De proponerme a rastrear la historia de esas pautas de conducta, diría que su trasfondo teórico viene de los griegos, y en la época moderna, de las proposiciones respecto al arte del actor y de la escena de Antonin Artaud. Consiste, en principio, en la idea del arte y la religión, en cuanto a fenómenos de una misma naturaleza. El acto de la creación artística es religioso y exige una actitud mística del participante en el mismo, cualquiera sea su rol: sacerdote-artista, por una parte, feligrés-público, por otra.

El artista, tanto como el sacerdote, consagra con su solo gesto el objeto o el espacio donde oficia; por eso la esquina de la calle se convierte en lugar sacralizado cuando el mismo o el músico callejero realizan ahí su performance; por idéntica razón un bidet se transforma en escultura cuando el artista plástico así lo determina: al extrapolarlo de su contexto habitual y ponerlo en una sala de exposiciones transmuta su esencia; lo despoja de su carácter funcional y lo vuelve un objeto de naturaleza estética; lo hace bello. El artista, tanto como el sacerdote con su feligresía, se fusiona espiritualmente con el público, ocurre una comunión; no hay diferencia entre aquel que da, y quien recibe; la interacción es circular; la entrega es recíproca; la respuesta emocionada del espectador excita al artista y lo lleva a dar más de sí, hasta la extenuación, y la fuerza dimanada de este conduce al público a niveles superiores de emotividad, hasta el éxtasis. Personalmente sustento la idea de quienes comen papitas fritas en un teatro o en un cine donde proyectan una película estéticamente válida, quienes insisten en entrar a la sala una vez empezado el espectáculo, quienes hablan y chocan copas mientras ocurre la actuación del artista, los “que llevan el ritmo” con un bolígrafo y todos los imbéciles que hacen cosas semejantes, no entienden un carajo de qué se trata e incurren en un acto de violencia contra la sensibilidad ajena y de profanación del arte de tanta magnitud, que solo puede ser castigado con la pena de muerte.

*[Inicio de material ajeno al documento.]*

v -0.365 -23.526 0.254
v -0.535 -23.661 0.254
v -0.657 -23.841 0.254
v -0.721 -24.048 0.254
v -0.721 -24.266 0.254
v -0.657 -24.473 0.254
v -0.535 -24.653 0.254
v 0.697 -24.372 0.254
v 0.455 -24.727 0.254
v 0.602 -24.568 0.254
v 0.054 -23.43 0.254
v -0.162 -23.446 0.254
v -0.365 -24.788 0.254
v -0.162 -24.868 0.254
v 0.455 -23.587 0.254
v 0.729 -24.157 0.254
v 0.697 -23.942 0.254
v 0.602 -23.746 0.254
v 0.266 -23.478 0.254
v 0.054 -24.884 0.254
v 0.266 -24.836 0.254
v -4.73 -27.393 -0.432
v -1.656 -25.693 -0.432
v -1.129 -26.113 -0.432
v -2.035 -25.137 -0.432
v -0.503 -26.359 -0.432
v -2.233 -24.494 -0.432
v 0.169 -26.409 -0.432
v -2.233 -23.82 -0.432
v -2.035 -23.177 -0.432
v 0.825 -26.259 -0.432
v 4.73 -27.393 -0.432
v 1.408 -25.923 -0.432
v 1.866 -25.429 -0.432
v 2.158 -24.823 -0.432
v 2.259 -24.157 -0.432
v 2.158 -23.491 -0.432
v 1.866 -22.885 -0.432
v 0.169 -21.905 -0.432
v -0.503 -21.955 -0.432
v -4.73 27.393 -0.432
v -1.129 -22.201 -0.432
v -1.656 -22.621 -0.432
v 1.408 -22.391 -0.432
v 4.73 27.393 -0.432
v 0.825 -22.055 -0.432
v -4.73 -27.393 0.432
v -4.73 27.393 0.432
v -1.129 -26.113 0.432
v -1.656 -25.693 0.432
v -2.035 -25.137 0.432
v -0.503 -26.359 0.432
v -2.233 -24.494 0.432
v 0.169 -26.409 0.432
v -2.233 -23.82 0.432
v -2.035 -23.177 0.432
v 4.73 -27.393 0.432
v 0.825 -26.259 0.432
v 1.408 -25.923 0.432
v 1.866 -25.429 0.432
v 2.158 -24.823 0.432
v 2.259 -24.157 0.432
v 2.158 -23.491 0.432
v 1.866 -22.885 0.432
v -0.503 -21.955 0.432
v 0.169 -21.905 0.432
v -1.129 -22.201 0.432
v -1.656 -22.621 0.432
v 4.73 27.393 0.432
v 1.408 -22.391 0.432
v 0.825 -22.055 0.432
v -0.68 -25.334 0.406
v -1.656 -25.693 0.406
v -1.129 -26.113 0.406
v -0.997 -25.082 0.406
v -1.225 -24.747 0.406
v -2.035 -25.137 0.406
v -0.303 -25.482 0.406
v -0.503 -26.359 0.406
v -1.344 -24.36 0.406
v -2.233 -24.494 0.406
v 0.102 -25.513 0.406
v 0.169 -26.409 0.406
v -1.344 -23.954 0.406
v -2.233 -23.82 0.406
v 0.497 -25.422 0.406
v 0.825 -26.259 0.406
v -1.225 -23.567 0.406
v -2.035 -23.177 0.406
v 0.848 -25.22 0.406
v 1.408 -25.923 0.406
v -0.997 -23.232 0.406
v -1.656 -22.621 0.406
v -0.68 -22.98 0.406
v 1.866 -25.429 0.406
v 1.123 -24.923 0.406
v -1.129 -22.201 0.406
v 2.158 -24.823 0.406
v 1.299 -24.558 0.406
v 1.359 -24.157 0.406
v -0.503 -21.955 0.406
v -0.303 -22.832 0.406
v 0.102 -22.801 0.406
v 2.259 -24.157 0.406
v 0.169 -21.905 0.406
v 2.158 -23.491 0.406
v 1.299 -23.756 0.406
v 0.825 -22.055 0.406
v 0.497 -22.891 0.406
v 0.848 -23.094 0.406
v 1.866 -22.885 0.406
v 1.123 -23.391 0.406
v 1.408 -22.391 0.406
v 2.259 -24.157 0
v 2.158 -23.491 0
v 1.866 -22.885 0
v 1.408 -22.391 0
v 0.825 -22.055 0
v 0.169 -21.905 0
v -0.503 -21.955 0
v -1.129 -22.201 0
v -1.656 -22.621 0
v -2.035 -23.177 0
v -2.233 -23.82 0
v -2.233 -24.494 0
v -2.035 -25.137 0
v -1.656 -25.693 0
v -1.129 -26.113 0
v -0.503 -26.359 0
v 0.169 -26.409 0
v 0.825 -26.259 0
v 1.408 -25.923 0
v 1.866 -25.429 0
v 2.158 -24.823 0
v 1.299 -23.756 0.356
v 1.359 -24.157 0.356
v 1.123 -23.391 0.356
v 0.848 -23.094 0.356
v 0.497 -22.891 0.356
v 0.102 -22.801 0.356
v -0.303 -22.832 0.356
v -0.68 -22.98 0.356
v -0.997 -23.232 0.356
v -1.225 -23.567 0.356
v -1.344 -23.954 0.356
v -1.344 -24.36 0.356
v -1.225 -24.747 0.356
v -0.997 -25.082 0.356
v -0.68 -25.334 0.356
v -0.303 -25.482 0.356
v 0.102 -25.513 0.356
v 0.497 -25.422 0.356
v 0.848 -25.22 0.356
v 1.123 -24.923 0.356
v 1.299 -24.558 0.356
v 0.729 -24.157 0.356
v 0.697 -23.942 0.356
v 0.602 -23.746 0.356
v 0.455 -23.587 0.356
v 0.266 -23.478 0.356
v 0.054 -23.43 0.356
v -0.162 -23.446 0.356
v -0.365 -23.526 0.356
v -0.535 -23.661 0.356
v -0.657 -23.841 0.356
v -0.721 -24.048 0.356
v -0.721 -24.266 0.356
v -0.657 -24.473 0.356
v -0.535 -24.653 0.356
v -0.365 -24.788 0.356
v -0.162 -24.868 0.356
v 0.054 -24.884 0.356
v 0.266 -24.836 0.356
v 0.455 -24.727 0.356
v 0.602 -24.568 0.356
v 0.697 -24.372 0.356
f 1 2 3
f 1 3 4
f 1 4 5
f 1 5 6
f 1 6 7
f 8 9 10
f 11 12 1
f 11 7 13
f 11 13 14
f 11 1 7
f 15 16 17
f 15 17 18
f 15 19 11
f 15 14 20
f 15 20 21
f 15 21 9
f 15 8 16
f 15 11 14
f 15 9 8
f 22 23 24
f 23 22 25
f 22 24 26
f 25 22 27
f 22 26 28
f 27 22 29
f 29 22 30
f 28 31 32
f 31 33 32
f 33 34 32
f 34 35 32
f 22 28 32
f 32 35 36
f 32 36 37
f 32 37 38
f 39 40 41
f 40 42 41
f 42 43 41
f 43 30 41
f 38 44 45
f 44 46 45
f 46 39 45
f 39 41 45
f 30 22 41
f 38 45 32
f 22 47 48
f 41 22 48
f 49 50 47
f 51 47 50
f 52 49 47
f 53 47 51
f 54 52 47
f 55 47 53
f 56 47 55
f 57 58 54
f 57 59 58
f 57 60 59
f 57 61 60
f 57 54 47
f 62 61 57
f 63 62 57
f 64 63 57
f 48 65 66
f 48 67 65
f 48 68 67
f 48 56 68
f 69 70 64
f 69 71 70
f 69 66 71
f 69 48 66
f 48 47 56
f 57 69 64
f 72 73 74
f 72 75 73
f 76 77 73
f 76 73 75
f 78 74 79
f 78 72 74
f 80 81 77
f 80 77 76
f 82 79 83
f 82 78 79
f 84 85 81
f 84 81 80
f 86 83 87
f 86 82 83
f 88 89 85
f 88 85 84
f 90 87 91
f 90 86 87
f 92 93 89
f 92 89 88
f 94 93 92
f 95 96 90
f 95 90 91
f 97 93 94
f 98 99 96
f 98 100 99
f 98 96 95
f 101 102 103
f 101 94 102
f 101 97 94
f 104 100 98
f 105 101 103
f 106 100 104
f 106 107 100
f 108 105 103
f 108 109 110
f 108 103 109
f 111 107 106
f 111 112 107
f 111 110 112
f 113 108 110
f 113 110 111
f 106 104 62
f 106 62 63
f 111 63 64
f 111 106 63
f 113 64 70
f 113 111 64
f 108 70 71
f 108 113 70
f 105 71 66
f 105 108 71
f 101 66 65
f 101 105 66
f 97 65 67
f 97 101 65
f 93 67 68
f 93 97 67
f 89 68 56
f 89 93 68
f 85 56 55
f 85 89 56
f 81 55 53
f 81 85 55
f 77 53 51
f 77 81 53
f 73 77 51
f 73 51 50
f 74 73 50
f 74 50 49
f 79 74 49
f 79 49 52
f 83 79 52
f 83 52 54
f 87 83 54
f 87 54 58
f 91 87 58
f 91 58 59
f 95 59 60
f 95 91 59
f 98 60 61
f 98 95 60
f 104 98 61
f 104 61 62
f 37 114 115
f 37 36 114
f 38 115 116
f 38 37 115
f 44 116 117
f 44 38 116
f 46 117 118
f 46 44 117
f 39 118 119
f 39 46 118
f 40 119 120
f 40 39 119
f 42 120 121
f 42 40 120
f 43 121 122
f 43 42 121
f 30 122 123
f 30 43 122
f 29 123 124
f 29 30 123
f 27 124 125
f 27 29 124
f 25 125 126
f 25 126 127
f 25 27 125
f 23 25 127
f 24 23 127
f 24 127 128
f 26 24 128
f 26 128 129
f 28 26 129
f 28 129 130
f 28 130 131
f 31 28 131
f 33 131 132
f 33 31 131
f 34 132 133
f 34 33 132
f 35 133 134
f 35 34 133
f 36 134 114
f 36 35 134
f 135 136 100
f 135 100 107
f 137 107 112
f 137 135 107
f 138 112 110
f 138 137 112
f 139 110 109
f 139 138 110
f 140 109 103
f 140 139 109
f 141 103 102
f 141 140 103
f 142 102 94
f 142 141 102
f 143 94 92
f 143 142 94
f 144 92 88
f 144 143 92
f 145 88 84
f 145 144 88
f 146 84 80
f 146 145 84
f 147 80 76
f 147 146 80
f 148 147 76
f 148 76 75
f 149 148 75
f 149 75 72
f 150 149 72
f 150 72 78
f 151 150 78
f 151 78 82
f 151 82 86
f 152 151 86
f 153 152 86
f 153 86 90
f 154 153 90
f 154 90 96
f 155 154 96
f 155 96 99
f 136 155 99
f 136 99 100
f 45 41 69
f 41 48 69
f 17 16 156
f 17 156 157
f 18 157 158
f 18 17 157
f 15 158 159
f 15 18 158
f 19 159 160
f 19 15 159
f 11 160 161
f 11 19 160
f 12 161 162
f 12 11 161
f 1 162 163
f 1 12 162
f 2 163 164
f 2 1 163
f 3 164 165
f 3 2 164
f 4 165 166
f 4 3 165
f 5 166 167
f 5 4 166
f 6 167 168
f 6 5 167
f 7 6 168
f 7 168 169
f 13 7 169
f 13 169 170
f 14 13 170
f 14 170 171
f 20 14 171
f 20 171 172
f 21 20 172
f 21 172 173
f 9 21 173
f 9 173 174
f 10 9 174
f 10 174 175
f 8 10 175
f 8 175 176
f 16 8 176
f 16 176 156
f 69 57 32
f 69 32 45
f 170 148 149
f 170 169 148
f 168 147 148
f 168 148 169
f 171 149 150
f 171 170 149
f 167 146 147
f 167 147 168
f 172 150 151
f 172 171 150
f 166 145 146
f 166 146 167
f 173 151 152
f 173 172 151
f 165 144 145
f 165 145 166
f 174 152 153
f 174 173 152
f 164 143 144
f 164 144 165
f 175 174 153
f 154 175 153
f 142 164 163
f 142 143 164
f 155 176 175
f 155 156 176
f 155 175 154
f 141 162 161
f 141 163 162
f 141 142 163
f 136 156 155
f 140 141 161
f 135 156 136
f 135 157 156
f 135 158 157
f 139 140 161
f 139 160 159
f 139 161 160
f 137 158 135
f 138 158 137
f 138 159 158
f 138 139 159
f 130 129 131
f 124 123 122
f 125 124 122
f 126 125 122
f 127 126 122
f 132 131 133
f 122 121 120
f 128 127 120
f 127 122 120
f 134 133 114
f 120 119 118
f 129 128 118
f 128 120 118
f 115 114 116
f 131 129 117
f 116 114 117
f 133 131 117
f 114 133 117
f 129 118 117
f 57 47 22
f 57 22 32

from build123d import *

# Parameters (mm, degrees)
F0_W     = 9.45931
F0_H     = 54.78517
F0_R     = 2.258507
F1_DEPTH = 0.4318
F0_R_2   = 1.35948
F2_DEPTH = 0.4064
F0_R_3   = 0.729172
F3_DEPTH = 0.3556
F4_DEPTH = 0.254


with BuildPart() as f1:
    # F0 (on Top) → F1 (new body, symmetric)
    with BuildSketch(Plane.XY):
        Rectangle(F0_W, F0_H)
        with Locations((0, -24.156982)):
            Circle(F0_R, mode=Mode.SUBTRACT)
    extrude(amount=F1_DEPTH, both=True)

    # F0 (on Top) → F2 (join)
    with BuildSketch(Plane.XY):
        with Locations((0, -24.156982)):
            Circle(F0_R)
        with Locations((0, -24.156982)):
            Circle(F0_R_2, mode=Mode.SUBTRACT)
    extrude(amount=F2_DEPTH)

    # F0 (on Top) → F3 (join)
    with BuildSketch(Plane.XY):
        with Locations((0, -24.156982)):
            Circle(F0_R_2)
        with Locations((0, -24.156982)):
            Circle(F0_R_3, mode=Mode.SUBTRACT)
    extrude(amount=F3_DEPTH)

    # F0 (on Top) → F4 (join)
    with BuildSketch(Plane.XY):
        with Locations((0, -24.156982)):
            Circle(F0_R_3)
    extrude(amount=F4_DEPTH)


solid = f1.part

Pero a veces, según lo dije antes, Morella admitía la trasgresión de sus normas de convivencia. En una oportunidad salimos a cenar las dos parejas y después se nos antojó ir a hacer la sobremesa en un lugar que estaba de moda entre la bohemia exquisita de Caracas, situado —¡no puede ser!— en Sabana Grande, en una calle que lo único bonito que conserva es el nombre “Villaflor”; y ahí nos encontramos, no precisamente por obra del azar, con quien entonces no es que “vivía como un príncipe”, sino que era un príncipe: Aldemaro Romero. “¡Champaña!” —ordenó el maestro—.

A la segunda o tercera copa del sonriente néctar burbujeante de la señora Ponsardin, Morella se sentía como la misma Viuda Alegre en pleno Chez Maxim’s. Aldemaro tuvo ganas de tocar y el pianista de la casa le cedió respetuosamente el media cola; los acordes que sacó el maestro del instrumento inspiraron a Morella y cantó una y otra y otra canción: boleros, alguna balada en clave de jazz; divinamente ebria, cantó con la sensualidad de la hembra latina que sabe de qué habla cuando dice “te beso” o “te amo”; jamás se había escuchado igual “Me queda el consuelo”. Aquel lugar festivo y bullicioso se llenó de la esencia del alma de una Morella Muñoz que fue capaz de transitar con idéntica frescura y eficiencia por el lied, el bolero y el canto de trabajo de las negras. El humo de los cigarrillos fue inevitable, pero Morella y Aldemaro lograron el milagro de hacer silente un sitio donde un momento antes reinaba la algarabía; y después de ese baño de luz sobrenatural vino la ovación, los brindis, los gritos de placer y hasta algún velado llorar de una dama en una mesa cercana.


*Texto tomado del programa de Morella Siempre Morella, en el Aula Magna de la UCV, el 30 de julio de 2005, organizado por la Fundación Morella Muñoz.